• **YOUR GOAL**
Repeat exactly, and only, the lines of the entries below from the one with "extrude(amount=-CUT_EXTRUDE1_DEPTH, mode=Mode.SUBTRACT)" through the one with "# FreeCAD 1.0 macro for this part", both ends included.

• **EXCERPTED RECORDS**
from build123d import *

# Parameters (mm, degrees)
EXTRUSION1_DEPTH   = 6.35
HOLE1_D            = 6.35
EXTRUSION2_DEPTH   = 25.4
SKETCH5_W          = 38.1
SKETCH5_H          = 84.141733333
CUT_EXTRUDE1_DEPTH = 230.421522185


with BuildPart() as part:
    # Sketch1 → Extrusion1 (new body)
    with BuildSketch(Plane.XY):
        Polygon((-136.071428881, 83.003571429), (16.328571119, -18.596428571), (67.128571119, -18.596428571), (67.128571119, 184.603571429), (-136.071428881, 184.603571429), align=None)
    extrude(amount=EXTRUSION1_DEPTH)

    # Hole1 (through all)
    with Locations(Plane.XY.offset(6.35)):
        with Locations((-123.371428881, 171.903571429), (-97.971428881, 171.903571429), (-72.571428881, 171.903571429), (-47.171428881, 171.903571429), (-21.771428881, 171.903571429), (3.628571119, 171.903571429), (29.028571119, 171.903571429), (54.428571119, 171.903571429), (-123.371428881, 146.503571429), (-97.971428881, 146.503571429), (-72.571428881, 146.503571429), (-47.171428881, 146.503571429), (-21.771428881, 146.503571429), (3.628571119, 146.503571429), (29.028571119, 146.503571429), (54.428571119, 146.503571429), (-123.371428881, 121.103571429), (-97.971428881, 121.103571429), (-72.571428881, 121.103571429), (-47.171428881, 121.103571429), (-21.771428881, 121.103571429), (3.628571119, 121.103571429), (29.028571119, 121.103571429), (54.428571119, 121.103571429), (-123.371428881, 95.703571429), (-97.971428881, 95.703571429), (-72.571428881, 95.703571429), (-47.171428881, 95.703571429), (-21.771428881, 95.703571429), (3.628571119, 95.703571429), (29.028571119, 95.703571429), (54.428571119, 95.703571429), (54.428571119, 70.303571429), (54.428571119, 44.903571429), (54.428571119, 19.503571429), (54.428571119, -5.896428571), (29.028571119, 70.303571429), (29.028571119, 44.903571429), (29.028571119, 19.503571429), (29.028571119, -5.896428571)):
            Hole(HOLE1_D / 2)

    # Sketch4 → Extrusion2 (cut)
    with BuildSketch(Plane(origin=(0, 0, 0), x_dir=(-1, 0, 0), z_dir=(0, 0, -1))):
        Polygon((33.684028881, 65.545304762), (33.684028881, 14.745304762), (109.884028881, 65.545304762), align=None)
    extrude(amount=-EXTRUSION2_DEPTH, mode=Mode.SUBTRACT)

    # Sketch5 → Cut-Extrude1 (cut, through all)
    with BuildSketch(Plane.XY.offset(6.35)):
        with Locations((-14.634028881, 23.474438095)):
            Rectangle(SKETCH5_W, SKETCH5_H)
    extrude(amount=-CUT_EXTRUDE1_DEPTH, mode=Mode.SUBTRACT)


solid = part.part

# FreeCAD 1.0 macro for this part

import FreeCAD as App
import Part
import Sketcher
Q = App.Units.Quantity


def add_polygon(sketch, points):
    """Adds a closed chain of lines whose ends are joined by coincident constraints."""
    first, n = sketch.GeometryCount, len(points)
    for a, b in zip(points, points[1:] + points[:1]):
        sketch.addGeometry(Part.LineSegment(App.Vector(*a, 0), App.Vector(*b, 0)), False)
    for i in range(n):
        sketch.addConstraint(Sketcher.Constraint("Coincident", first + i, 2, first + (i + 1) % n, 1))

doc = App.newDocument("Part")
params = doc.addObject("Spreadsheet::Sheet", "Params")
for row, (alias, value) in enumerate([
    ("sketch1_width", "2 in"),
    ("sketch1_width2", "8 in"),
    ("sketch1_height", "4 in"),
    ("pad1_length", "0.25 in"),
    ("sketch2_diameter", "0.25 in"),
    ("hole_diameter", "0.25 in"),
    ("sketch3_width", "3 in"),
    ("sketch3_height", "2 in"),
    ("pocket1_length", "1 in"),
    ("sketch4_width", "1.5 in"),
], start=1):
    params.set(f"A{row}", alias)
    params.set(f"B{row}", "=" + value)
    params.setAlias(f"B{row}", alias)

body = doc.addObject("PartDesign::Body", "Body")

# Sketch on XY plane
sketch1 = body.newObject("Sketcher::SketchObject", "Sketch")
sketch1.AttachmentSupport = (doc.getObject("XY_Plane"), [""])
sketch1.MapMode = "FlatFace"
add_polygon(sketch1, [(-136, 83), (16, -19), (67, -19), (67, 185), (-136, 185)])  # lines 0-4
sketch1.addConstraint(Sketcher.Constraint("Horizontal", 1))
sketch1.addConstraint(Sketcher.Constraint("Vertical", 2))
sketch1.addConstraint(Sketcher.Constraint("Horizontal", 3))
sketch1.addConstraint(Sketcher.Constraint("Vertical", 4))
sketch1.addConstraint(Sketcher.Constraint("Equal", 3, 2))
sketch1.addConstraint(Sketcher.Constraint("DistanceX", 1, 1, 1, 2, Q("2 in")))
sketch1.addConstraint(Sketcher.Constraint("DistanceX", 3, 2, 3, 1, Q("8 in")))
sketch1.addConstraint(Sketcher.Constraint("DistanceY", 4, 2, 4, 1, Q("4 in")))
sketch1.addConstraint(Sketcher.Constraint("DistanceX", -1, 1, 0, 2, Q("16.328571 mm")))
sketch1.addConstraint(Sketcher.Constraint("DistanceY", 0, 2, -1, 1, Q("18.596429 mm")))
sketch1.setExpression("Constraints[10]", "Params.sketch1_width")
sketch1.setExpression("Constraints[11]", "Params.sketch1_width2")
sketch1.setExpression("Constraints[12]", "Params.sketch1_height")
pad1 = body.newObject("PartDesign::Pad", "Pad")
pad1.Profile = sketch1
pad1.setExpression("Length", "Params.pad1_length")

# Sketch on XY plane
sketch2 = body.newObject("Sketcher::SketchObject", "Sketch001")
sketch2.AttachmentSupport = (doc.getObject("XY_Plane"), [""])
sketch2.MapMode = "FlatFace"
sketch2.AttachmentOffset = App.Placement(App.Vector(0, 0, 0.25 * 25.4), App.Rotation())
sketch2.addGeometry(Part.Circle(App.Vector(-123.4, 171.9, 0), App.Vector(0, 0, 1), 3.2), False)
sketch2.addGeometry(Part.Circle(App.Vector(-98, 171.9, 0), App.Vector(0, 0, 1), 3.2), False)
sketch2.addGeometry(Part.Circle(App.Vector(-72.6, 171.9, 0), App.Vector(0, 0, 1), 3.2), False)
sketch2.addGeometry(Part.Circle(App.Vector(-47.2, 171.9, 0), App.Vector(0, 0, 1), 3.2), False)
sketch2.addGeometry(Part.Circle(App.Vector(-21.8, 171.9, 0), App.Vector(0, 0, 1), 3.2), False)
sketch2.addGeometry(Part.Circle(App.Vector(3.6, 171.9, 0), App.Vector(0, 0, 1), 3.2), False)
sketch2.addGeometry(Part.Circle(App.Vector(29, 171.9, 0), App.Vector(0, 0, 1), 3.2), False)
sketch2.addGeometry(Part.Circle(App.Vector(54.4, 171.9, 0), App.Vector(0, 0, 1), 3.2), False)
sketch2.addGeometry(Part.Circle(App.Vector(-123.4, 146.5, 0), App.Vector(0, 0, 1), 3.2), False)
sketch2.addGeometry(Part.Circle(App.Vector(-98, 146.5, 0), App.Vector(0, 0, 1), 3.2), False)
sketch2.addGeometry(Part.Circle(App.Vector(-72.6, 146.5, 0), App.Vector(0, 0, 1), 3.2), False)
sketch2.addGeometry(Part.Circle(App.Vector(-47.2, 146.5, 0), App.Vector(0, 0, 1), 3.2), False)
sketch2.addGeometry(Part.Circle(App.Vector(-21.8, 146.5, 0), App.Vector(0, 0, 1), 3.2), False)
sketch2.addGeometry(Part.Circle(App.Vector(3.6, 146.5, 0), App.Vector(0, 0, 1), 3.2), False)
sketch2.addGeometry(Part.Circle(App.Vector(29, 146.5, 0), App.Vector(0, 0, 1), 3.2), False)
sketch2.addGeometry(Part.Circle(App.Vector(54.4, 146.5, 0), App.Vector(0, 0, 1), 3.2), False)
sketch2.addGeometry(Part.Circle(App.Vector(-123.4, 121.1, 0), App.Vector(0, 0, 1), 3.2), False)
sketch2.addGeometry(Part.Circle(App.Vector(-98, 121.1, 0), App.Vector(0, 0, 1), 3.2), False)
sketch2.addGeometry(Part.Circle(App.Vector(-72.6, 121.1, 0), App.Vector(0, 0, 1), 3.2), False)
sketch2.addGeometry(Part.Circle(App.Vector(-47.2, 121.1, 0), App.Vector(0, 0, 1), 3.2), False)
sketch2.addGeometry(Part.Circle(App.Vector(-21.8, 121.1, 0), App.Vector(0, 0, 1), 3.2), False)
sketch2.addGeometry(Part.Circle(App.Vector(3.6, 121.1, 0), App.Vector(0, 0, 1), 3.2), False)
sketch2.addGeometry(Part.Circle(App.Vector(29, 121.1, 0), App.Vector(0, 0, 1), 3.2), False)
sketch2.addGeometry(Part.Circle(App.Vector(54.4, 121.1, 0), App.Vector(0, 0, 1), 3.2), False)
sketch2.addGeometry(Part.Circle(App.Vector(-123.4, 95.7, 0), App.Vector(0, 0, 1), 3.2), False)
sketch2.addGeometry(Part.Circle(App.Vector(-98, 95.7, 0), App.Vector(0, 0, 1), 3.2), False)
sketch2.addGeometry(Part.Circle(App.Vector(-72.6, 95.7, 0), App.Vector(0, 0, 1), 3.2), False)
sketch2.addGeometry(Part.Circle(App.Vector(-47.2, 95.7, 0), App.Vector(0, 0, 1), 3.2), False)
sketch2.addGeometry(Part.Circle(App.Vector(-21.8, 95.7, 0), App.Vector(0, 0, 1), 3.2), False)
sketch2.addGeometry(Part.Circle(App.Vector(3.6, 95.7, 0), App.Vector(0, 0, 1), 3.2), False)
sketch2.addGeometry(Part.Circle(App.Vector(29, 95.7, 0), App.Vector(0, 0, 1), 3.2), False)
sketch2.addGeometry(Part.Circle(App.Vector(54.4, 95.7, 0), App.Vector(0, 0, 1), 3.2), False)
sketch2.addGeometry(Part.Circle(App.Vector(54.4, 70.3, 0), App.Vector(0, 0, 1), 3.2), False)
sketch2.addGeometry(Part.Circle(App.Vector(54.4, 44.9, 0), App.Vector(0, 0, 1), 3.2), False)
sketch2.addGeometry(Part.Circle(App.Vector(54.4, 19.5, 0), App.Vector(0, 0, 1), 3.2), False)
sketch2.addGeometry(Part.Circle(App.Vector(54.4, -5.9, 0), App.Vector(0, 0, 1), 3.2), False)
sketch2.addGeometry(Part.Circle(App.Vector(29, 70.3, 0), App.Vector(0, 0, 1), 3.2), False)
sketch2.addGeometry(Part.Circle(App.Vector(29, 44.9, 0), App.Vector(0, 0, 1), 3.2), False)
sketch2.addGeometry(Part.Circle(App.Vector(29, 19.5, 0), App.Vector(0, 0, 1), 3.2), False)
sketch2.addGeometry(Part.Circle(App.Vector(29, -5.9, 0), App.Vector(0, 0, 1), 3.2), False)
sketch2.addConstraint(Sketcher.Constraint("Equal", 0, 1))
sketch2.addConstraint(Sketcher.Constraint("Equal", 1, 2))
sketch2.addConstraint(Sketcher.Constraint("Equal", 2, 3))
sketch2.addConstraint(Sketcher.Constraint("Equal", 3, 4))
sketch2.addConstraint(Sketcher.Constraint("Equal", 4, 5))
sketch2.addConstraint(Sketcher.Constraint("Equal", 5, 6))
sketch2.addConstraint(Sketcher.Constraint("Equal", 6, 7))
sketch2.addConstraint(Sketcher.Constraint("Equal", 7, 8))
sketch2.addConstraint(Sketcher.Constraint("Equal", 8, 9))
sketch2.addConstraint(Sketcher.Constraint("Equal", 9, 10))
sketch2.addConstraint(Sketcher.Constraint("Equal", 10, 11))
sketch2.addConstraint(Sketcher.Constraint("Equal", 11, 12))
sketch2.addConstraint(Sketcher.Constraint("Equal", 12, 13))
sketch2.addConstraint(Sketcher.Constraint("Equal", 13, 14))
sketch2.addConstraint(Sketcher.Constraint("Equal", 14, 15))
sketch2.addConstraint(Sketcher.Constraint("Equal", 15, 16))
sketch2.addConstraint(Sketcher.Constraint("Equal", 16, 17))
sketch2.addConstraint(Sketcher.Constraint("Equal", 17, 18))
sketch2.addConstraint(Sketcher.Constraint("Equal", 18, 19))
sketch2.addConstraint(Sketcher.Constraint("Equal", 19, 20))
sketch2.addConstraint(Sketcher.Constraint("Equal", 20, 21))
sketch2.addConstraint(Sketcher.Constraint("Equal", 21, 22))
sketch2.addConstraint(Sketcher.Constraint("Equal", 22, 23))
sketch2.addConstraint(Sketcher.Constraint("Equal", 23, 24))
sketch2.addConstraint(Sketcher.Constraint("Equal", 24, 25))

• **EXERCISE RESULT**
    extrude(amount=-CUT_EXTRUDE1_DEPTH, mode=Mode.SUBTRACT)


solid = part.part

# FreeCAD 1.0 macro for this part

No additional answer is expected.